Mon Dec 4th through Sat the 9th, 2017 at Long Beach Convention Center
The paper proposes a batch Bayesia Optimization algorithm for problems in which the queried parameters in a batch need to be the same. The authors first proposed a straight forward algorithm where the constrained parameters are chosen according to the first element in a batch. Then, the authors propose an nested algorithm where the outer stage searches for the constrained parameters and the inner stage generates the batch for the unconstrained parameters. The authors proof the average regret of the nested algorithm vanishes superlinearly. The proposed algorithms are evaluated on both benchmark functions and real problems.
The process-constrained BO is a practical problem that people may face for real world problems.
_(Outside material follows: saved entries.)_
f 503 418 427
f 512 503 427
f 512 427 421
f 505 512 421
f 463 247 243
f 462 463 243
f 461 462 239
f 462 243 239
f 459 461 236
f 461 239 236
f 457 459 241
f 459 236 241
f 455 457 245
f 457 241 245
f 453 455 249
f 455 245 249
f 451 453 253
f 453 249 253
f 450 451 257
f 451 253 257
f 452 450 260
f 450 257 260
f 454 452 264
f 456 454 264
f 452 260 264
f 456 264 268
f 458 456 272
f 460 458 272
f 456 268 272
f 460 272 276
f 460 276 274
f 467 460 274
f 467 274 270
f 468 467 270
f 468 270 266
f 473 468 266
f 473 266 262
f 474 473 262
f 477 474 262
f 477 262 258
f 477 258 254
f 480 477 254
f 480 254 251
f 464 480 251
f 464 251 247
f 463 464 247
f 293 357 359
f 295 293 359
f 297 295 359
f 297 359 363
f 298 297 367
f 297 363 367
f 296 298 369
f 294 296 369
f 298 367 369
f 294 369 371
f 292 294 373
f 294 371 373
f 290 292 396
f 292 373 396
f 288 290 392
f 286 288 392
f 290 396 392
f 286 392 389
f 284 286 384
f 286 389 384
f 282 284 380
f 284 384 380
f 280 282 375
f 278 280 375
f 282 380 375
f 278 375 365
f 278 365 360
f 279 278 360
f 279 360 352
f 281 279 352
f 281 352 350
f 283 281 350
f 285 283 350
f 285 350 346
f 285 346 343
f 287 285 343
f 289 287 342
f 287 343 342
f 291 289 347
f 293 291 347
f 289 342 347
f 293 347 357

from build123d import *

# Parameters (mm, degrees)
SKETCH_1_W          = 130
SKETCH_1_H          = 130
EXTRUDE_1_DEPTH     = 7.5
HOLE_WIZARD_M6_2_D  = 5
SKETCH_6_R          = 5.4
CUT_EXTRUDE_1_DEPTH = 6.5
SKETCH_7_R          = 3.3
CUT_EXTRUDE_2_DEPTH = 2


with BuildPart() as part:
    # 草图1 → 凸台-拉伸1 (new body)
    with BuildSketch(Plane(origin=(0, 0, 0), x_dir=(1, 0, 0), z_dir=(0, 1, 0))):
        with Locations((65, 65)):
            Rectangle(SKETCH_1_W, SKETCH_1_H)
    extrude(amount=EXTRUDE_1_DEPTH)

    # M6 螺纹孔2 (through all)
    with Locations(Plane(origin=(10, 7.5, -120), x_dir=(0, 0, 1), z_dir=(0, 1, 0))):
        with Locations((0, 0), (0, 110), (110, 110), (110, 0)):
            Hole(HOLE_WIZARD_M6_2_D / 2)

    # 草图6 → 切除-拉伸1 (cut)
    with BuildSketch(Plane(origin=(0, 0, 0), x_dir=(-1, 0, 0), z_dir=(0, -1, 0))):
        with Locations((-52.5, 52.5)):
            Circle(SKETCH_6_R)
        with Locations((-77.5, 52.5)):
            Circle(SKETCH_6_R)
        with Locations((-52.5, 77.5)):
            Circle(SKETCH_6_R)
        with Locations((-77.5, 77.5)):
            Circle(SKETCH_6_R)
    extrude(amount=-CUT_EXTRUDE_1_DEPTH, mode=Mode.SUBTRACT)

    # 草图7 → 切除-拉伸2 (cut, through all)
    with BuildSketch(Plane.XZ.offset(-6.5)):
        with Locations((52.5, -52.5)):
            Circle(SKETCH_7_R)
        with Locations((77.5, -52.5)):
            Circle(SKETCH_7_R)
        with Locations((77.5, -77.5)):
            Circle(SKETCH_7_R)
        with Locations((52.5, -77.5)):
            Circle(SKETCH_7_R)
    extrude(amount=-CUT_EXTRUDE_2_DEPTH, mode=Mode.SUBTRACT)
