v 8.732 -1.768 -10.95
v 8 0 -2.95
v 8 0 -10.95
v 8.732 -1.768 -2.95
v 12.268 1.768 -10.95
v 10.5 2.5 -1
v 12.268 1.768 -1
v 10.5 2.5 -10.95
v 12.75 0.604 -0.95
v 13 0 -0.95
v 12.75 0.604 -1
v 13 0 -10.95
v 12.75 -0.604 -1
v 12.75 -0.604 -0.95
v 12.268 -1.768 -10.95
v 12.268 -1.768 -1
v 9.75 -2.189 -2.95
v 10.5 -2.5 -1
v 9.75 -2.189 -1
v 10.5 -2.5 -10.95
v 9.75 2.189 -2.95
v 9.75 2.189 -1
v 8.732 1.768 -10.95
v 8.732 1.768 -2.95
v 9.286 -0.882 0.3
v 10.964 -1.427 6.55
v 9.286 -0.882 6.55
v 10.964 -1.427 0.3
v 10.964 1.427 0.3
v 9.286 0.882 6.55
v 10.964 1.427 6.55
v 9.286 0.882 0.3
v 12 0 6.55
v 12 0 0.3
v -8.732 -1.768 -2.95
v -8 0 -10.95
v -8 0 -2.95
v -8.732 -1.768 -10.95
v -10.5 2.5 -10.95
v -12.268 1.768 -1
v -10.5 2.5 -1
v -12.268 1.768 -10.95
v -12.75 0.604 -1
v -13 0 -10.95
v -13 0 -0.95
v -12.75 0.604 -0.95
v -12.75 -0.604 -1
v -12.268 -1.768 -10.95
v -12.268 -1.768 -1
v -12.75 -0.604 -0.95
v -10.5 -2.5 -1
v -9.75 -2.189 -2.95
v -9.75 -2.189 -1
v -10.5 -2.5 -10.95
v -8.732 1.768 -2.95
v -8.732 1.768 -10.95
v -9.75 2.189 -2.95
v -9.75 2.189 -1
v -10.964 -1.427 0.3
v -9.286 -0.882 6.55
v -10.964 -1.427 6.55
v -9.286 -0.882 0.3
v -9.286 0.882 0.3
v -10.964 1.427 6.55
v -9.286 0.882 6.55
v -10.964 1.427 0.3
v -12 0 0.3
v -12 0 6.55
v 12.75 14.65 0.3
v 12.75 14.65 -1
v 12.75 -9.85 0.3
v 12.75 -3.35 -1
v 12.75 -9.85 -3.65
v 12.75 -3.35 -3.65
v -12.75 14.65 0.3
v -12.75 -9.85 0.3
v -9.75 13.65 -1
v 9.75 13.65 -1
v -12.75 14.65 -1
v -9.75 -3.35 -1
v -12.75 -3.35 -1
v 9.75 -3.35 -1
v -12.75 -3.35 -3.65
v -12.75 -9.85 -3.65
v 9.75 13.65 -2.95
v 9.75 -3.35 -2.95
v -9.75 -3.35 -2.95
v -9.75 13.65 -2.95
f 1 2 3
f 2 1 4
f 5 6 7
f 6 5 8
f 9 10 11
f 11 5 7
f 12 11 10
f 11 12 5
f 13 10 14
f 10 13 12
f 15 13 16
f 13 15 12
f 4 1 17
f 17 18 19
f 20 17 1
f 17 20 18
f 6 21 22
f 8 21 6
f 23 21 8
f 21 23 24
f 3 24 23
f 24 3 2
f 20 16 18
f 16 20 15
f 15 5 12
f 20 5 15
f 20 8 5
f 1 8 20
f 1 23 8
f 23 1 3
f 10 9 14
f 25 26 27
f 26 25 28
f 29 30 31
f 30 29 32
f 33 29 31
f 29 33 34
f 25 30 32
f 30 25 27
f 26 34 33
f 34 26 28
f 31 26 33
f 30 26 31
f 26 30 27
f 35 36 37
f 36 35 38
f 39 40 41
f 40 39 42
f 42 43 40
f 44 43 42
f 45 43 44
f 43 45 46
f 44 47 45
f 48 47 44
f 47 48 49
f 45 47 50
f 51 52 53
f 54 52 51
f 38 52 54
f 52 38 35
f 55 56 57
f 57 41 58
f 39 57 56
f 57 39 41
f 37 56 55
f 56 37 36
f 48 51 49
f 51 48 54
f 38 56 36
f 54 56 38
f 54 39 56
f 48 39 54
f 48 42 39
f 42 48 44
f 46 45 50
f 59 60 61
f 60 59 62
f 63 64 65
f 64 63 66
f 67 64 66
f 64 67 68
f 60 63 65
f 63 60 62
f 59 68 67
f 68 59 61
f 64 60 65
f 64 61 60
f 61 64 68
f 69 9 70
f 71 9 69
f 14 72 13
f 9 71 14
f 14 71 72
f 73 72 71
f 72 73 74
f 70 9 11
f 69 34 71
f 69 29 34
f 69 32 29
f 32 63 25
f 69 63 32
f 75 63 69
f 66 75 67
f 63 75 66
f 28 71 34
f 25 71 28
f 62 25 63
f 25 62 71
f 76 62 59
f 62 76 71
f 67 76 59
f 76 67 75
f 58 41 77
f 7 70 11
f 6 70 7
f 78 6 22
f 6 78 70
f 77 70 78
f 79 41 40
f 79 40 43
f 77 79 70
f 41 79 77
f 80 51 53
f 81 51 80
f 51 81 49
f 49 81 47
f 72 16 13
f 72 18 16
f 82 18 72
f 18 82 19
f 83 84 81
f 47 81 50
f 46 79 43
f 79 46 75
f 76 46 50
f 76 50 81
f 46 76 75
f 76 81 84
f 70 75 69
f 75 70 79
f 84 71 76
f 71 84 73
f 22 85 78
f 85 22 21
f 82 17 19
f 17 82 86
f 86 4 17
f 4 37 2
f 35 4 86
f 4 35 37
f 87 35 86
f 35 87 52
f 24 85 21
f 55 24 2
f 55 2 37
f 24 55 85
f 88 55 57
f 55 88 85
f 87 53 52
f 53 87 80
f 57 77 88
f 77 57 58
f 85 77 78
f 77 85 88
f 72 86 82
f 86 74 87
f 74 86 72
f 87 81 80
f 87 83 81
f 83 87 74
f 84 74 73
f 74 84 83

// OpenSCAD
use <utilities.scad>;


//outer_r=8.5;   //square side length
//f=0.5; //feather amount
d=0.05; //small distance!


module camera_bits(){
	union(){
		translate([0,6.5+5,0]) cube([8.5,10,3],center=true);
		translate([7,10,0]) cube([4,3,2],center=true);
	}
}

module picam_push_fit(){
    // This uses four slightly flexible fingers to grip the
    // camera module.  It's designed to be subtracted from a
    // larger shape, and needs space above it.
    // it's often a bit too stiff, and tends to rotate the
    // camera slightly.  v2 is better (see below).
	assign(r=8-0.25) //un-flexed side length of camera box
	assign(finger_w=2) //width of flexure "fingers"
	assign(chamfer=0.75) //How much to shrink the bottom layer
	union(){
		//very tight cut-out for camera
		sequential_hull(){
			cube([r+chamfer*2,r+chamfer*2,d],center=true);
			cube([r,r,chamfer*2],center=true);
			cube([r,r,40],center=true);
		}
		for(a=[0:90:360]) rotate(a){
			translate([0,r/2-1,0.48]) cube([r/2+finger_w+1,1,20]);
			translate([r/2+finger_w,-r/2,-d]) cube([1,r,20]);
		}
		camera_bits();

		//screw holes for safety (M2 "threaded")
		reflect([1,0,0]) translate([21/2,0,0]) cylinder(r=1,h=10);
	}
}



module picam_push_fit_2( beam_length=15){
    // This module is designed to be subtracted from the bottom of a shape.
    // The z=0 plane should be the print bed.
    // It includes cut-outs for the components on the PCB and also a push-fit hole
    // for the camera module.  This uses flexible "fingers" to grip the camera firmly
    // but gently.  Just push to insert, and wiggle to remove.  You may find popping 
    // off the brown ribbon cable and removing the PCB first helps when extracting
    // the camera module again.
    camera = [8,8,3]; //size of camera box
	cw = camera[0]+1; //side length of camera box at bottom (slightly larger)
	finger_w = 1.5; //width of flexure "fingers"
	flex_l = 1; //width of flexible part
    hole_r = camera[0]/2-0.5;
	union(){
		//cut-out for camera
        hull(){
            translate([0,0,-d]) cube([cw+0.5,cw+0.5,d],center=true); //hole for camera
            translate([0,0,1]) cube([cw-0.5,cw-0.5,d],center=true); //hole for camera
        }
        rotate(180/16) cylinder(r=hole_r,h=20,center=true,$fn=16); //hole for light
        
        //looser cut-out for camera, with gripping "fingers" on 3 sides
        difference(){
            //cut-out big enough to include gripping fingers
            intersection(){
                translate([-cw/2-finger_w-flex_l,-cw/2-finger_w-flex_l,0.5])
                    cube([cw+2*finger_w+2*flex_l,
                        cw+finger_w+flex_l,
                        999]);
                //build up the roof gradually so we get a nice hole
                rotate(90) translate([0,0,camera[2]+1.5]) hole_from_bottom(r=hole_r,base_w=cw+2*finger_w+2*flex_l,h=beam_length - camera[2]-1.5);
            }
                
            //gripping "fingers" (NB we subtract these from the cut-out)
            for(a=[90:90:270]) rotate(a) hull(){
                translate([-cw/2+0.5,cw/2,0]) cube([cw-1,finger_w,d]);
                translate([-cw/2+1,camera[0]/2-0.1,camera[2]]) cube([cw-2,finger_w,d]);
            }
            //there's no finger on the top, so add a dimple on the fourth side
            hull(){
                translate([-cw/2+1,cw/2,2]) cube([cw-2,d,camera[2]-2]);
                translate([-cw/2+2,camera[1]/2,camera[2]-0.5]) cube([cw-4,d,0.5]);
            }
		}
        
		//ribbon cable at top of camera
        translate([0,(9.5+5)/2+cw/2-d,0]) cube([cw,9.5+5,4],center=true);
        //resistor/LED
		translate([7,10,0]) cube([4+2,3,2],center=true);
        translate([7+1,8.5,0.3]) cube([1,13,1]); //channel so we can see the LED
                //NB the LED channel is deliberately high to aid adhesion

		//screw holes for safety (M2 "threaded")
		reflect([1,0,0]) translate([21/2,0,0]) cylinder(r=1,h=10,center=true);
	}
}

//difference(){
//    translate([-12.5,-12+2.4,0]) cube([25,24,6]);
//    picam_push_fit_2();
//}

module picam_pcb_bottom(){
    // This is an approximate model of the pi camera PCB for the purposes of making
    // a slide-on cover.  NB z=0 is the bottom of the PCB, which is nominally 1mm thick.
    pcb = [25+0.5,24+0.5,1+0.3];
    socket = [pcb[0],6.0+0.5,2.7];
    components = [pcb[0]-3*2, pcb[1]-1-socket[1], 2];
    translate([0,2.4,0]) union(){ //NB the camera bit isn't centred!
        translate([0,0,pcb[2]/2]) cube(pcb,center=true); //the PCB
        translate([-components[0]/2,-pcb[1]/2+socket[1],-components[2]+d]) cube(components); //the little components
        //the ribbon cable socket
        translate([-socket[0]/2,-pcb[1]/2,-socket[2]+d]) cube(socket); //the ribbon cable socket
        translate([-components[0]/2,-pcb[1]/2,-0.5]) cube([components[0],socket[1]+0.5,0.5+d]); //pins protrude slightly further
        
        //mounting screws (NB could be extruded in -y so the cover can slide on)
        reflect([1,0,0]) mirror([0,0,1]) translate([21/2,-2.4,-d]){
            cylinder(r=2.5,h=10);
            cylinder(r=1.5,h=15,center=true); //screw might poke through the top...
        }
    }
}
translate([0,0,-1]) picam_pcb_bottom();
The authors propose an intuitive algorithm that can nicely address this BO problem, which produces good performance for both benchmark functions and real world problems.
The authors propose a new method for Bayesian optimization that allows to fix some of the variables of the input domain before computing a batch. This is practical in real experiments and the authors mentions some real cases like the optimization of heat treatments in the metallurgy industry or nano fibre production.
The paper is very well motivated and written, the hypothesis and challenges of the problem are clear and the applicability of the proposed methodology in real-world scenarios is evident. In the theoretical analysis I didn't see any major flag. The experimental section is not very extensive but this is reasonable in this case as this is the first method that allow to freeze some variables before constructing a batch.
I think that this paper can be a good contribution to NIPS as it correctly formalizes a solution to a practical problem that hasn't been addressed before. I enjoyed reading this work. My only recommendation for the authors to improve the impact of their work is the publication of the code needed to run their method, as this would increase the impact and visibility of this paper. Also, I would like to see if the authors think that this method can be extended to other acquisitions and if they have plans to do so.
The paper presents a bayesian optimization framework in which samples can be collected in similarly constrained batches. In short, rather than selecting a single point to sample a label from (as in usual bayesian optimization) or selecting multiple points simultaneously (as in batch bayesian optimization), multiple samples in a batch can be collected in which one or more variables need to remain constant throughout the batch. This is motivated from experiments in which some parameter (e.g., temperature in an oven, geometry of an instrument) can be designed prior to sampling, and be reused in multiple experiments in a batch, but cannot be altered modified during a batch experiment.
The authors (a) propose this problem for the first time (b) propose two algorithms for solving it, (b) provide bounds on the regret for the most sophisticated of the two algorithms, and (c) present a comparison of the two algorithms on a variety of datasets. One experiment actually involves a metallurgical setup, in which the authors collaborated with researchers in their institution to design a metal alloy, an interdisciplinary effort that is commendable and should be encouraged.
My only concern is that the paper is somewhat dense. It is unlikely that someone unfamiliar with Bayesian optimization would be able to parse the paper. Even knowing about bayesian optimization, notation is not intoduced clearly and the algorithms are hard to follow. In particular:
-what is sigma in Algorithms 1, and 2. Is it the variance of the GP used in the UCB?
-The activation fuction alpha^GB-UCB should be clearly and explicitly defined somewhere.
-The description of the inner loop and the outer loop in Algorithm 1 are not consistent with the exposition in the text: h and g are nowhere to be found in Algorithm 1. This seems to be because your replace the optimization with the GP-UCB-PE. It would be better if the link is made explicit.
-There is absolutely no description of how any optimization involving an activation function is performed. Do you use sampling? Gradient descent? Some combination of both? These should be described, especially in how they where instantiated in the experiments.
-Is alpha different from alpha^GP-UCB in Alg. 1? how?
-In both algorithms 1 and 2, it is not clear how previously selected samples in a batch (k'\< k) are used to select the k-th sample in a batch, other than that they share a constrained variable.
All of these are central to understanding the algorithm. This is a pity, as the exposition is otherwise quite lucid.